##### Material for this exercise #####
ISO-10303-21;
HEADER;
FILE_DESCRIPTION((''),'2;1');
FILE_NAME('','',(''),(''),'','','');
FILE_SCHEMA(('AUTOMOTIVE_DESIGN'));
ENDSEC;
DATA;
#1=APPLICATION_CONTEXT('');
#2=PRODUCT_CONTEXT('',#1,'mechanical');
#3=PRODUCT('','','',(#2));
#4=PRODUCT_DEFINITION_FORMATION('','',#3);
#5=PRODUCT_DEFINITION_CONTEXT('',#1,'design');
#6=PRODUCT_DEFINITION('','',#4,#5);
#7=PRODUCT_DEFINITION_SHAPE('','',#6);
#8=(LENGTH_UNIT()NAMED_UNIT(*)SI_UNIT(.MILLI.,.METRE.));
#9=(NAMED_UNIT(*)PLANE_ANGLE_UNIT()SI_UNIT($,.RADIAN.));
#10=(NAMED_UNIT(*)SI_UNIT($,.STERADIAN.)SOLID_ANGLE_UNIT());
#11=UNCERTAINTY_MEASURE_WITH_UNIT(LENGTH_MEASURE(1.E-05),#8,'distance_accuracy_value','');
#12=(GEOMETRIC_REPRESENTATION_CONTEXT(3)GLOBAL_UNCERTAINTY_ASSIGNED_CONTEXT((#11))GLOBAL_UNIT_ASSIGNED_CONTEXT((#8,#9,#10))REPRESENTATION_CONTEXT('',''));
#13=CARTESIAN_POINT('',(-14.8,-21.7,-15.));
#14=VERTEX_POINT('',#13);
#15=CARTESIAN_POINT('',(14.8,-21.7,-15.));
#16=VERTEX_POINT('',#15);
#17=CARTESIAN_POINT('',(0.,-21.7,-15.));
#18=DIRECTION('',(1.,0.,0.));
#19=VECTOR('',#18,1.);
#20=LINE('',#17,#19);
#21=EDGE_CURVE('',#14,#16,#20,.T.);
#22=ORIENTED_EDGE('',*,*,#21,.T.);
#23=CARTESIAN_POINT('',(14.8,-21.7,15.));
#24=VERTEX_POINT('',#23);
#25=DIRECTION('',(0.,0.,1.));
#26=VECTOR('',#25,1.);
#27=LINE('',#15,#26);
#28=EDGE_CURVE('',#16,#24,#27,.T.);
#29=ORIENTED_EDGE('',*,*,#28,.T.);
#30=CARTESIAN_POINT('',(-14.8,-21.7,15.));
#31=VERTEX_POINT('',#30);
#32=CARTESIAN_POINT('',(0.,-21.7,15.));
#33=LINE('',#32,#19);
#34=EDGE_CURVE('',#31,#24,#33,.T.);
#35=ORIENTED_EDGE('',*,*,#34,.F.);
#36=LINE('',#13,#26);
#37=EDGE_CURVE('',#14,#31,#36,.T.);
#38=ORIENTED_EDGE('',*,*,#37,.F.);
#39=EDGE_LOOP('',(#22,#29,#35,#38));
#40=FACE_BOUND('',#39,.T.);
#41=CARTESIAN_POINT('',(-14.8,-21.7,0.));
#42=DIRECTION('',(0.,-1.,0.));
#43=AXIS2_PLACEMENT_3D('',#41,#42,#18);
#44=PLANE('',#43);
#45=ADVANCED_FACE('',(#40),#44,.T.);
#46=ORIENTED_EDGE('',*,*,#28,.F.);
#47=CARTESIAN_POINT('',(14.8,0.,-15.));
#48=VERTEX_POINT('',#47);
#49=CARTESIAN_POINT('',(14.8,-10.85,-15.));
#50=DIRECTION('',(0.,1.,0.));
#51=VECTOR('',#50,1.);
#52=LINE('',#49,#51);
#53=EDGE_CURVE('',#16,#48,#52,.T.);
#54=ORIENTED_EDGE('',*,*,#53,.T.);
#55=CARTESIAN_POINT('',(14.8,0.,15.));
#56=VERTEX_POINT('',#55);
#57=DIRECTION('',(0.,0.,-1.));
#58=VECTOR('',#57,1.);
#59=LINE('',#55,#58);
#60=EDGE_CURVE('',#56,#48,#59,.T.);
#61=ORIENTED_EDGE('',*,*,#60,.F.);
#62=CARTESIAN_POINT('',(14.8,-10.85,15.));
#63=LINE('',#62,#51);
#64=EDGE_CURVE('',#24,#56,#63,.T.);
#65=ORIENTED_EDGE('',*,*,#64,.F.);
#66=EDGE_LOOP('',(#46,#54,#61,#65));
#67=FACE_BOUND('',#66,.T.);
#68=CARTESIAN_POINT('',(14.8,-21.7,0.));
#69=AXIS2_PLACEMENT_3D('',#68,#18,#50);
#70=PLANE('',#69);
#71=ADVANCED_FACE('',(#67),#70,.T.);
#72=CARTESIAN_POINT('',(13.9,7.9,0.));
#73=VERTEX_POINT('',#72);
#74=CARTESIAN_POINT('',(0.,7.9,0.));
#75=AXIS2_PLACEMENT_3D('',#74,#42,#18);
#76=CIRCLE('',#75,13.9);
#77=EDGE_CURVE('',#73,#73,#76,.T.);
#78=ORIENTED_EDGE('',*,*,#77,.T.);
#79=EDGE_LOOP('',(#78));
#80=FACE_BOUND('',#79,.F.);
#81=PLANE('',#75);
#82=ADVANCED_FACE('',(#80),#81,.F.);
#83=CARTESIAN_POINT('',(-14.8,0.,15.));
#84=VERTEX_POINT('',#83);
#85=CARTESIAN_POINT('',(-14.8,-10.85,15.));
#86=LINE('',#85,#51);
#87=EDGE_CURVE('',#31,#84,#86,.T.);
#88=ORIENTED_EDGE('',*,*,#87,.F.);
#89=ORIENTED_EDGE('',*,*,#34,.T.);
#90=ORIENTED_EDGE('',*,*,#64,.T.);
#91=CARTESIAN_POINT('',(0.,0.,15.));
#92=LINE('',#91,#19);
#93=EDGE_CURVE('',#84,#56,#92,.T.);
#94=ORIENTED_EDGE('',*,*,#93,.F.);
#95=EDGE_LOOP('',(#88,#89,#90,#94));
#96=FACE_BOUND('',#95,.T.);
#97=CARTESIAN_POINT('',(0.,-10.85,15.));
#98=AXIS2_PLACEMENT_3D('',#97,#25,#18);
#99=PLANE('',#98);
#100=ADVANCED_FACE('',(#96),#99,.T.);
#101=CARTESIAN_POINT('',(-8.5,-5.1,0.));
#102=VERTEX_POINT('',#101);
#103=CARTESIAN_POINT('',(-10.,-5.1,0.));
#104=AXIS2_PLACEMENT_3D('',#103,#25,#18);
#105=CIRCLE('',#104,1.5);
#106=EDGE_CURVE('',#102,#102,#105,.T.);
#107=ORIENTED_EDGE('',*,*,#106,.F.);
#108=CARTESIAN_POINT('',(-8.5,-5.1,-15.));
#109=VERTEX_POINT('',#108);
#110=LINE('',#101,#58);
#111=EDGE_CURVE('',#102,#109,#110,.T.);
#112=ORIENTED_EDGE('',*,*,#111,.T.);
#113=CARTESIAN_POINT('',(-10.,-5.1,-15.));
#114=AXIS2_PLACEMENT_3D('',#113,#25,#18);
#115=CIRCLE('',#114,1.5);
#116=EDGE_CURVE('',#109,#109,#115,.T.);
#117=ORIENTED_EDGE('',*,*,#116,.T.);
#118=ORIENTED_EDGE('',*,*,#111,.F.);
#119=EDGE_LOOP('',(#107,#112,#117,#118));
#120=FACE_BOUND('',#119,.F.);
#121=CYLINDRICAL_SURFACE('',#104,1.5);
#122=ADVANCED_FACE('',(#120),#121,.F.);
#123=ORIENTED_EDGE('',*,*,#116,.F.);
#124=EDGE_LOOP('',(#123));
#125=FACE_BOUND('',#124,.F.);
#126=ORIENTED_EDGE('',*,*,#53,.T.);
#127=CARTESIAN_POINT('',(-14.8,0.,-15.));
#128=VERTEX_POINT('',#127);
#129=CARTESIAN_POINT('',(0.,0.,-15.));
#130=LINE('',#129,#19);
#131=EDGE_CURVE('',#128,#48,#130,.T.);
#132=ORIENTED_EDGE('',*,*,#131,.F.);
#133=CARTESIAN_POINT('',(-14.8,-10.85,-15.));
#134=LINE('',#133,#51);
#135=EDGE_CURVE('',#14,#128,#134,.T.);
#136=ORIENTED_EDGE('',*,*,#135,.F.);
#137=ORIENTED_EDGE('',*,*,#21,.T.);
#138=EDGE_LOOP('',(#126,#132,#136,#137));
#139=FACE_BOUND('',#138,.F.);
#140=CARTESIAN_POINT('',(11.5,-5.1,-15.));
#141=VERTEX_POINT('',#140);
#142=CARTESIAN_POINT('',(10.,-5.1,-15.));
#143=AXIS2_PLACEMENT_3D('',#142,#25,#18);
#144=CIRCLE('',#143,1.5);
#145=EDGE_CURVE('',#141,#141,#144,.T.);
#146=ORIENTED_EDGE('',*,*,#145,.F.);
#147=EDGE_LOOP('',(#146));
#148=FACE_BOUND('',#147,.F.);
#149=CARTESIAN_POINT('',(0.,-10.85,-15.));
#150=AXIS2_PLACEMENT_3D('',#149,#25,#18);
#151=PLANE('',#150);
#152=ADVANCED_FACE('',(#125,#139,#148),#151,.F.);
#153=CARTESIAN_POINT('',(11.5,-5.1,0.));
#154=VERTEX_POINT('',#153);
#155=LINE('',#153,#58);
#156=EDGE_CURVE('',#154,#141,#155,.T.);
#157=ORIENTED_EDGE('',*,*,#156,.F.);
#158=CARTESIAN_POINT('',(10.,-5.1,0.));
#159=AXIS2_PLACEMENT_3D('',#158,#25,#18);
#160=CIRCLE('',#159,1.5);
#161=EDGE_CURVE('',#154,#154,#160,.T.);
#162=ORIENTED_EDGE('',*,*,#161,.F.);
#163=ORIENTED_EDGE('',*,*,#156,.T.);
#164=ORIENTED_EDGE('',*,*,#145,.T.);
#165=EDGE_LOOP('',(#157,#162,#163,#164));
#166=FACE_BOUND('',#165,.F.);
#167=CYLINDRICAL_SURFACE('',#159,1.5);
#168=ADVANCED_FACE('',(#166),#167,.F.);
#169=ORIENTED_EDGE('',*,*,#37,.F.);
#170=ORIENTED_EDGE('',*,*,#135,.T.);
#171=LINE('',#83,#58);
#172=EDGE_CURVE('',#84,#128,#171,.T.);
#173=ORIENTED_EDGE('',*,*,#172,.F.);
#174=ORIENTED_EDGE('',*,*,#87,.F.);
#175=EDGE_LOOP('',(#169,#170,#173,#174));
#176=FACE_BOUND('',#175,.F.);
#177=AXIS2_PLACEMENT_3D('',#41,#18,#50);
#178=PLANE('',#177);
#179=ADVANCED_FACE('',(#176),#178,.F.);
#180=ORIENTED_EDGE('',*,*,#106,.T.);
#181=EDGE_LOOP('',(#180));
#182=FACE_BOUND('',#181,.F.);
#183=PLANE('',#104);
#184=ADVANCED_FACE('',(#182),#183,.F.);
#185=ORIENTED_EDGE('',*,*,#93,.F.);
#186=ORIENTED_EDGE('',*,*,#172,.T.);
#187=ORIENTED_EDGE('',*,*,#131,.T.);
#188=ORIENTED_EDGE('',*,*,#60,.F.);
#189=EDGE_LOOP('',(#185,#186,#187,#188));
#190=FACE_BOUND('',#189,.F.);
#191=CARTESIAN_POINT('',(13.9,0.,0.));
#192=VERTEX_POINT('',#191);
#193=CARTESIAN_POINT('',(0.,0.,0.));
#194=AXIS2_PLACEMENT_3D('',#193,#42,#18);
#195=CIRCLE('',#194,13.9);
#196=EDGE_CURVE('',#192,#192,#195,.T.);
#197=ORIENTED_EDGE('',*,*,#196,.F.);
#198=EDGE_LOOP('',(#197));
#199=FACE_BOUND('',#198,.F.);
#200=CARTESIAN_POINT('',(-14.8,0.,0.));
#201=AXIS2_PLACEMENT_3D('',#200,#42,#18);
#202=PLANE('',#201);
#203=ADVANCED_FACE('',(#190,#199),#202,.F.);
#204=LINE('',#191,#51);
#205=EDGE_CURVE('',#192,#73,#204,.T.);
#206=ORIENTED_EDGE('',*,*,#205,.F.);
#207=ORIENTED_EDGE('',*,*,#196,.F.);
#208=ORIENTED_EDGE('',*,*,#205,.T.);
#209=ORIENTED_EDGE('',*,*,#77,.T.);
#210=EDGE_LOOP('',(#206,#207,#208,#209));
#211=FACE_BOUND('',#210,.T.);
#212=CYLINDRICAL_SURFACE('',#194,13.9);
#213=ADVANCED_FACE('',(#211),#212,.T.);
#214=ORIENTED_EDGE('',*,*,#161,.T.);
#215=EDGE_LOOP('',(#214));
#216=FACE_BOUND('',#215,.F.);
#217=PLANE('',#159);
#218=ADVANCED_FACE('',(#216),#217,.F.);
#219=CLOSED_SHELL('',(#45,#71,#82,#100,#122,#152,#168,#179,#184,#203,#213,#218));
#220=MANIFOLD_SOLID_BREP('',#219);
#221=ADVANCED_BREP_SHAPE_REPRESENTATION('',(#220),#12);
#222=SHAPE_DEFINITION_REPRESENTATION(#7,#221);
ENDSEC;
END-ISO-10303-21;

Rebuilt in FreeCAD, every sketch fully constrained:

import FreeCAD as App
import Part
import Sketcher

V = App.Vector
Q = App.Units.Quantity

doc = App.newDocument("Part")
body = doc.addObject("PartDesign::Body", "Body")

sketch1 = body.newObject("Sketcher::SketchObject", "Sketch")
sketch1.AttachmentSupport = (doc.getObject("XY_Plane"), [""])
sketch1.MapMode = "FlatFace"
sketch1.addGeometry([
    Part.LineSegment(V(-15, 0, 0), V(-15, -22, 0)),
    Part.LineSegment(V(-15, -22, 0), V(15, -22, 0)),
    Part.LineSegment(V(15, -22, 0), V(15, 0, 0)),
    Part.LineSegment(V(15, 0, 0), V(-15, 0, 0)),
], False)
sketch1.addConstraint([
    Sketcher.Constraint("Coincident", 0, 2, 1, 1),
    Sketcher.Constraint("Coincident", 1, 2, 2, 1),
    Sketcher.Constraint("Coincident", 2, 2, 3, 1),
    Sketcher.Constraint("Coincident", 3, 2, 0, 1),
    Sketcher.Constraint("Vertical", 0),
    Sketcher.Constraint("Horizontal", 1),
    Sketcher.Constraint("Vertical", 2),
    Sketcher.Constraint("Horizontal", 3),
    Sketcher.Constraint("Symmetric", 2, 2, 3, 2, -1, 1),
    Sketcher.Constraint("DistanceX", 1, 1, 1, 2, Q("29.6 mm")),
    Sketcher.Constraint("DistanceY", 0, 2, 0, 1, Q("21.7 mm")),
])
pad1 = body.newObject("PartDesign::Pad", "Pad")
pad1.Profile = sketch1
pad1.Length = 30
pad1.Midplane = True

sketch2 = body.newObject("Sketcher::SketchObject", "Sketch001")
sketch2.AttachmentSupport = (doc.getObject("XZ_Plane"), [""])
sketch2.MapMode = "FlatFace"
sketch2.addGeometry(Part.Circle(V(0, 0, 0), V(0, 0, 1), 14), False)
sketch2.addConstraint([
    Sketcher.Constraint("Coincident", 0, 3, -1, 1),
    Sketcher.Constraint("Diameter", 0, Q("27.8 mm")),
])
pad2 = body.newObject("PartDesign::Pad", "Pad001")
pad2.Profile = sketch2
pad2.Length = 7.9
pad2.Reversed = True

sketch3 = body.newObject("Sketcher::SketchObject", "Sketch002")
sketch3.AttachmentSupport = (doc.getObject("XY_Plane"), [""])
sketch3.MapMode = "FlatFace"
sketch3.addGeometry([
    Part.Circle(V(-10, -5.1, 0), V(0, 0, 1), 1.5),
    Part.Circle(V(10, -5.1, 0), V(0, 0, 1), 1.5),
], False)
sketch3.addConstraint([
    Sketcher.Constraint("Equal", 0, 1),
    Sketcher.Constraint("Symmetric", 0, 3, 1, 3, -2),
    Sketcher.Constraint("Diameter", 0, Q("3 mm")),
    Sketcher.Constraint("DistanceX", 0, 3, -1, 1, Q("10 mm")),
    Sketcher.Constraint("DistanceY", 0, 3, -1, 1, Q("5.1 mm")),
])
pocket1 = body.newObject("PartDesign::Pocket", "Pocket")
pocket1.Profile = sketch3
pocket1.Type = "ThroughAll"

doc.recompute()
#####
§ The problem: The lines above, from the start of the records through the one containing "#48=VERTEX_POINT('',#47);", are to be printed exactly, and nothing else is to be included.

§ Answer:
ISO-10303-21;
HEADER;
FILE_DESCRIPTION((''),'2;1');
FILE_NAME('','',(''),(''),'','','');
FILE_SCHEMA(('AUTOMOTIVE_DESIGN'));
ENDSEC;
DATA;
#1=APPLICATION_CONTEXT('');
#2=PRODUCT_CONTEXT('',#1,'mechanical');
#3=PRODUCT('','','',(#2));
#4=PRODUCT_DEFINITION_FORMATION('','',#3);
#5=PRODUCT_DEFINITION_CONTEXT('',#1,'design');
#6=PRODUCT_DEFINITION('','',#4,#5);
#7=PRODUCT_DEFINITION_SHAPE('','',#6);
#8=(LENGTH_UNIT()NAMED_UNIT(*)SI_UNIT(.MILLI.,.METRE.));
#9=(NAMED_UNIT(*)PLANE_ANGLE_UNIT()SI_UNIT($,.RADIAN.));
#10=(NAMED_UNIT(*)SI_UNIT($,.STERADIAN.)SOLID_ANGLE_UNIT());
#11=UNCERTAINTY_MEASURE_WITH_UNIT(LENGTH_MEASURE(1.E-05),#8,'distance_accuracy_value','');
#12=(GEOMETRIC_REPRESENTATION_CONTEXT(3)GLOBAL_UNCERTAINTY_ASSIGNED_CONTEXT((#11))GLOBAL_UNIT_ASSIGNED_CONTEXT((#8,#9,#10))REPRESENTATION_CONTEXT('',''));
#13=CARTESIAN_POINT('',(-14.8,-21.7,-15.));
#14=VERTEX_POINT('',#13);
#15=CARTESIAN_POINT('',(14.8,-21.7,-15.));
#16=VERTEX_POINT('',#15);
#17=CARTESIAN_POINT('',(0.,-21.7,-15.));
#18=DIRECTION('',(1.,0.,0.));
#19=VECTOR('',#18,1.);
#20=LINE('',#17,#19);
#21=EDGE_CURVE('',#14,#16,#20,.T.);
#22=ORIENTED_EDGE('',*,*,#21,.T.);
#23=CARTESIAN_POINT('',(14.8,-21.7,15.));
#24=VERTEX_POINT('',#23);
#25=DIRECTION('',(0.,0.,1.));
#26=VECTOR('',#25,1.);
#27=LINE('',#15,#26);
#28=EDGE_CURVE('',#16,#24,#27,.T.);
#29=ORIENTED_EDGE('',*,*,#28,.T.);
#30=CARTESIAN_POINT('',(-14.8,-21.7,15.));
#31=VERTEX_POINT('',#30);
#32=CARTESIAN_POINT('',(0.,-21.7,15.));
#33=LINE('',#32,#19);
#34=EDGE_CURVE('',#31,#24,#33,.T.);
#35=ORIENTED_EDGE('',*,*,#34,.F.);
#36=LINE('',#13,#26);
#37=EDGE_CURVE('',#14,#31,#36,.T.);
#38=ORIENTED_EDGE('',*,*,#37,.F.);
#39=EDGE_LOOP('',(#22,#29,#35,#38));
#40=FACE_BOUND('',#39,.T.);
#41=CARTESIAN_POINT('',(-14.8,-21.7,0.));
#42=DIRECTION('',(0.,-1.,0.));
#43=AXIS2_PLACEMENT_3D('',#41,#42,#18);
#44=PLANE('',#43);
#45=ADVANCED_FACE('',(#40),#44,.T.);
#46=ORIENTED_EDGE('',*,*,#28,.F.);
#47=CARTESIAN_POINT('',(14.8,0.,-15.));
#48=VERTEX_POINT('',#47);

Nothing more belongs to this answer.